Dert bir değil, bin değil. Hangi derde yanacağımızı, hangi yarayı saracağımızı  bilemez olduk. Baskı ve zulme direnen yanlarımız bizi ayakta tuttu, bizi biz kıldı, var eyledi. Öldürüldü, sürgün yedi, işgal edildi, soykırıma uğradı, asimilasyona maruz bırakıldı, kimliği yasaklandı, dili susturuldu, kültürü yabancılaştırıldı, ismi değiştirildi, tarihi sahteleştirildi… Yenilmedi. Bizi, biz eyledi… Tohum attılar geleceğe, umutlarını yitirmediler, ‘ant etmişim milletimin yarasını sarmaya’ deyip yemin ettiler, direndiler, ders verdiler, örnek oldular. Var olsunlar…

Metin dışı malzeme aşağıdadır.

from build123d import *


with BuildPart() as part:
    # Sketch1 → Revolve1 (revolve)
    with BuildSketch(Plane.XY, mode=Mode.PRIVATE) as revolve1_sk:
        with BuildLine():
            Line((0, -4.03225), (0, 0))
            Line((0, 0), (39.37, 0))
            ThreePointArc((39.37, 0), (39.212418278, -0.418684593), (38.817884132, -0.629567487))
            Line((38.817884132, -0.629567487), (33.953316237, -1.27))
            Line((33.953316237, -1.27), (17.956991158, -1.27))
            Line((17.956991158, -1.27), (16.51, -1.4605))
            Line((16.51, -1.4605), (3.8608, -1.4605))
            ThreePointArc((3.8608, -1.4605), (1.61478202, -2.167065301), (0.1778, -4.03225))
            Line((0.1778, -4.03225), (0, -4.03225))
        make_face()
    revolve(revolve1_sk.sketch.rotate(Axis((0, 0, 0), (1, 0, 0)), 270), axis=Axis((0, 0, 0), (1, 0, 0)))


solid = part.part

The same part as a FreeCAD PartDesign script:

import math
import FreeCAD as App
import Part
import Sketcher

V = App.Vector
Q = App.Units.Quantity

doc = App.newDocument("Part")
body = doc.addObject("PartDesign::Body", "Body")

# Sketch on XY plane
sketch1 = doc.addObject("Sketcher::SketchObject", "Sketch")
body.addObject(sketch1)
sketch1.AttachmentSupport = (doc.XY_Plane, [""])
sketch1.MapMode = "FlatFace"
sketch1.addGeometry(Part.LineSegment(V(0, 0, 0), V(0, -4.03, 0)), False)
sketch1.addGeometry(Part.LineSegment(V(0, -4.03, 0), V(0.18, -4.03, 0)), False)
sketch1.addGeometry(Part.ArcOfCircle(Part.Circle(V(3.86, -5.38, 0), V(0, 0, 1), 3.92), math.radians(90), math.radians(160)), False)
sketch1.addGeometry(Part.LineSegment(V(3.86, -1.46, 0), V(16.51, -1.46, 0)), False)
sketch1.addGeometry(Part.LineSegment(V(16.51, -1.46, 0), V(17.96, -1.27, 0)), False)
sketch1.addGeometry(Part.LineSegment(V(17.96, -1.27, 0), V(33.95, -1.27, 0)), False)
sketch1.addGeometry(Part.LineSegment(V(33.95, -1.27, 0), V(38.82, -0.63, 0)), False)
sketch1.addGeometry(Part.ArcOfCircle(Part.Circle(V(38.74, 0, 0), V(0, 0, 1), 0.63), math.radians(-83), math.radians(0)), False)
sketch1.addGeometry(Part.LineSegment(V(39.37, 0, 0), V(0, 0, 0)), False)
sketch1.addConstraint(Sketcher.Constraint("Coincident", 0, 2, 1, 1))
sketch1.addConstraint(Sketcher.Constraint("Coincident", 1, 2, 2, 2))
sketch1.addConstraint(Sketcher.Constraint("Tangent", 2, 1, 3, 1))
sketch1.addConstraint(Sketcher.Constraint("Coincident", 3, 2, 4, 1))
sketch1.addConstraint(Sketcher.Constraint("Coincident", 4, 2, 5, 1))
sketch1.addConstraint(Sketcher.Constraint("Coincident", 5, 2, 6, 1))
sketch1.addConstraint(Sketcher.Constraint("Tangent", 6, 2, 7, 1))
sketch1.addConstraint(Sketcher.Constraint("Coincident", 7, 2, 8, 1))
sketch1.addConstraint(Sketcher.Constraint("Coincident", 8, 2, 0, 1))
sketch1.addConstraint(Sketcher.Constraint("Vertical", 0))
sketch1.addConstraint(Sketcher.Constraint("Horizontal", 1))
sketch1.addConstraint(Sketcher.Constraint("Horizontal", 3))
sketch1.addConstraint(Sketcher.Constraint("Horizontal", 5))
sketch1.addConstraint(Sketcher.Constraint("Horizontal", 8))
sketch1.addConstraint(Sketcher.Constraint("Coincident", 8, 2, -1, 1))
sketch1.addConstraint(Sketcher.Constraint("PointOnObject", 7, 3, -1))
sketch1.addConstraint(Sketcher.Constraint("Parallel", 4, 6))
sketch1.addConstraint(Sketcher.Constraint("Radius", 7, Q("0.025 in")))
sketch1.addConstraint(Sketcher.Constraint("DistanceX", 8, 2, 8, 1, Q("1.55 in")))
sketch1.addConstraint(Sketcher.Constraint("Angle", 4, Q("7.5 deg")))
sketch1.addConstraint(Sketcher.Constraint("DistanceX", 3, 2, 7, 2, Q("0.9 in")))
sketch1.addConstraint(Sketcher.Constraint("DistanceX", 1, 1, 1, 2, Q("0.007 in")))
sketch1.addConstraint(Sketcher.Constraint("DistanceX", 3, 1, 3, 2, Q("0.498 in")))
sketch1.addConstraint(Sketcher.Constraint("DistanceY", 4, 2, -1, 1, Q("0.05 in")))
sketch1.addConstraint(Sketcher.Constraint("DistanceY", 2, 1, -1, 1, Q("0.0575 in")))
sketch1.addConstraint(Sketcher.Constraint("Radius", 2, Q("3.923085 mm")))
revolution = doc.addObject("PartDesign::Revolution", "Revolution")
body.addObject(revolution)
revolution.Profile = sketch1
revolution.ReferenceAxis = (sketch1, ["H_Axis"])
revolution.Angle = 360

doc.recompute()
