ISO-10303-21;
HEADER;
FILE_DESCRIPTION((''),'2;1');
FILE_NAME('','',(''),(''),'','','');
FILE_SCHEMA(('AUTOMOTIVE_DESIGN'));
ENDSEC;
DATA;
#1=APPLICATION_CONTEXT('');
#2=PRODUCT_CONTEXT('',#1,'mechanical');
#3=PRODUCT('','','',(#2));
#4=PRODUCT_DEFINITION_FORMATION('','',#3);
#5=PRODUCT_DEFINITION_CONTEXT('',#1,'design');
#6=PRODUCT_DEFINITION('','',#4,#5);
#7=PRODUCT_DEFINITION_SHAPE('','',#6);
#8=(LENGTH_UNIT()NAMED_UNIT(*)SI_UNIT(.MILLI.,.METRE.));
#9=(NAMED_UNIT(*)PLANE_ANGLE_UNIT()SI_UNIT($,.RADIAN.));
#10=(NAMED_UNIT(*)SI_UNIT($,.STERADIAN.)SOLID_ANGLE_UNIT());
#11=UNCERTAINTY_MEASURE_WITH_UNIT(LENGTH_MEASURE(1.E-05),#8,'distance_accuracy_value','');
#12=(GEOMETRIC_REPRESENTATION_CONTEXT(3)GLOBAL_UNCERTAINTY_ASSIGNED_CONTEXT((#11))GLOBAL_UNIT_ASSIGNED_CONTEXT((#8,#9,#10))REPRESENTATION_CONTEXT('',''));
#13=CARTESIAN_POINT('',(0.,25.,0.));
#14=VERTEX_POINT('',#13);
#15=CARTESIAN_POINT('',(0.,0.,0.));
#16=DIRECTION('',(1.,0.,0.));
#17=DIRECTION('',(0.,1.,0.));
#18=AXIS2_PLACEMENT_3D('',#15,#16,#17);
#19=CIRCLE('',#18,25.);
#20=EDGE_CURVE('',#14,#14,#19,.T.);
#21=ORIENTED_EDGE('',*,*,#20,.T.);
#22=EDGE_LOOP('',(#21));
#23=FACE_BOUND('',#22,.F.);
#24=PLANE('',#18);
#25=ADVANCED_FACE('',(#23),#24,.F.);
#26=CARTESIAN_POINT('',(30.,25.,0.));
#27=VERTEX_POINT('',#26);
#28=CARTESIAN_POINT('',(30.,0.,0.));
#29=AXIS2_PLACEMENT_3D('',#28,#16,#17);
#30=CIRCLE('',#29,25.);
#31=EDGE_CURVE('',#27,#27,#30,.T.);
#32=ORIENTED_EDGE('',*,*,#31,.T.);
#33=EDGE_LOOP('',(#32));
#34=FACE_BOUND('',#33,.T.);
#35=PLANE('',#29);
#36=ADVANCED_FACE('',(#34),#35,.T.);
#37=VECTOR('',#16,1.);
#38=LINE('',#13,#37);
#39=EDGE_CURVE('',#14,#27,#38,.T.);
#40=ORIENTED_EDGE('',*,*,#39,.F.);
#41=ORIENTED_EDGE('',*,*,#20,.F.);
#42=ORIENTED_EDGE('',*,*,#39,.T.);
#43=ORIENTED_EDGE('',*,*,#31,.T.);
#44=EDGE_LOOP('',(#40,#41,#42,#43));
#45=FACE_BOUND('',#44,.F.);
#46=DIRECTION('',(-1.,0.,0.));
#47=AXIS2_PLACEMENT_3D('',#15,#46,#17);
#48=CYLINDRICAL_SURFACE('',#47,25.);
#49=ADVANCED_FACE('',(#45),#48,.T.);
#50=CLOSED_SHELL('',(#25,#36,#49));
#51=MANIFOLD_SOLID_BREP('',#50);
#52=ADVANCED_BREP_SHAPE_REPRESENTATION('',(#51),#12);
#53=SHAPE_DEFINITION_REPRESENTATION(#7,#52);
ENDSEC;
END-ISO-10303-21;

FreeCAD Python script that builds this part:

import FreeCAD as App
import Part
import Sketcher
Q = App.Units.Quantity

doc = App.newDocument("Part")
body = doc.addObject("PartDesign::Body", "Body")

# Sketch on YZ plane
sketch1 = body.newObject("Sketcher::SketchObject", "Sketch")
sketch1.AttachmentSupport = (doc.getObject("YZ_Plane"), [""])
sketch1.MapMode = "FlatFace"
sketch1.addGeometry(Part.Circle(App.Vector(0, 0, 0), App.Vector(0, 0, 1), 25), False)
sketch1.addConstraint(Sketcher.Constraint("Coincident", 0, 3, -1, 1))
sketch1.addConstraint(Sketcher.Constraint("Diameter", 0, Q("50 mm")))
pad1 = body.newObject("PartDesign::Pad", "Pad")
pad1.Profile = sketch1
pad1.Length = 30

doc.recompute()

Ne büyük milletsin. Bunca baskılar, bunca zulümler seni tarihten silemedi. Kimisi uğrunda toprağa düştü, kimisini denize attılar. Toprağa düşenler yeşerdi umut oldu, denize düşenler derya oldu, ‘gözlerimizden akan yaşlar, derya deniz kan oldu’.

Aydın oldular, ışık saçtılar karanlık yurdumuzun üzerine. Üzüldüler, yandılar, yüreklerinde kara kanlar aktı ama yılmadılar. Ant etmişlerdi…

Söze değer verdiler, şiirler yazdılar, hikâyeler, destanlar yazdılar. Destan gibi ömür yaşadılar. Söz erleriydi çünkü onlar. Söz verdiler millet için ölmeye. Sözlerini tuttular.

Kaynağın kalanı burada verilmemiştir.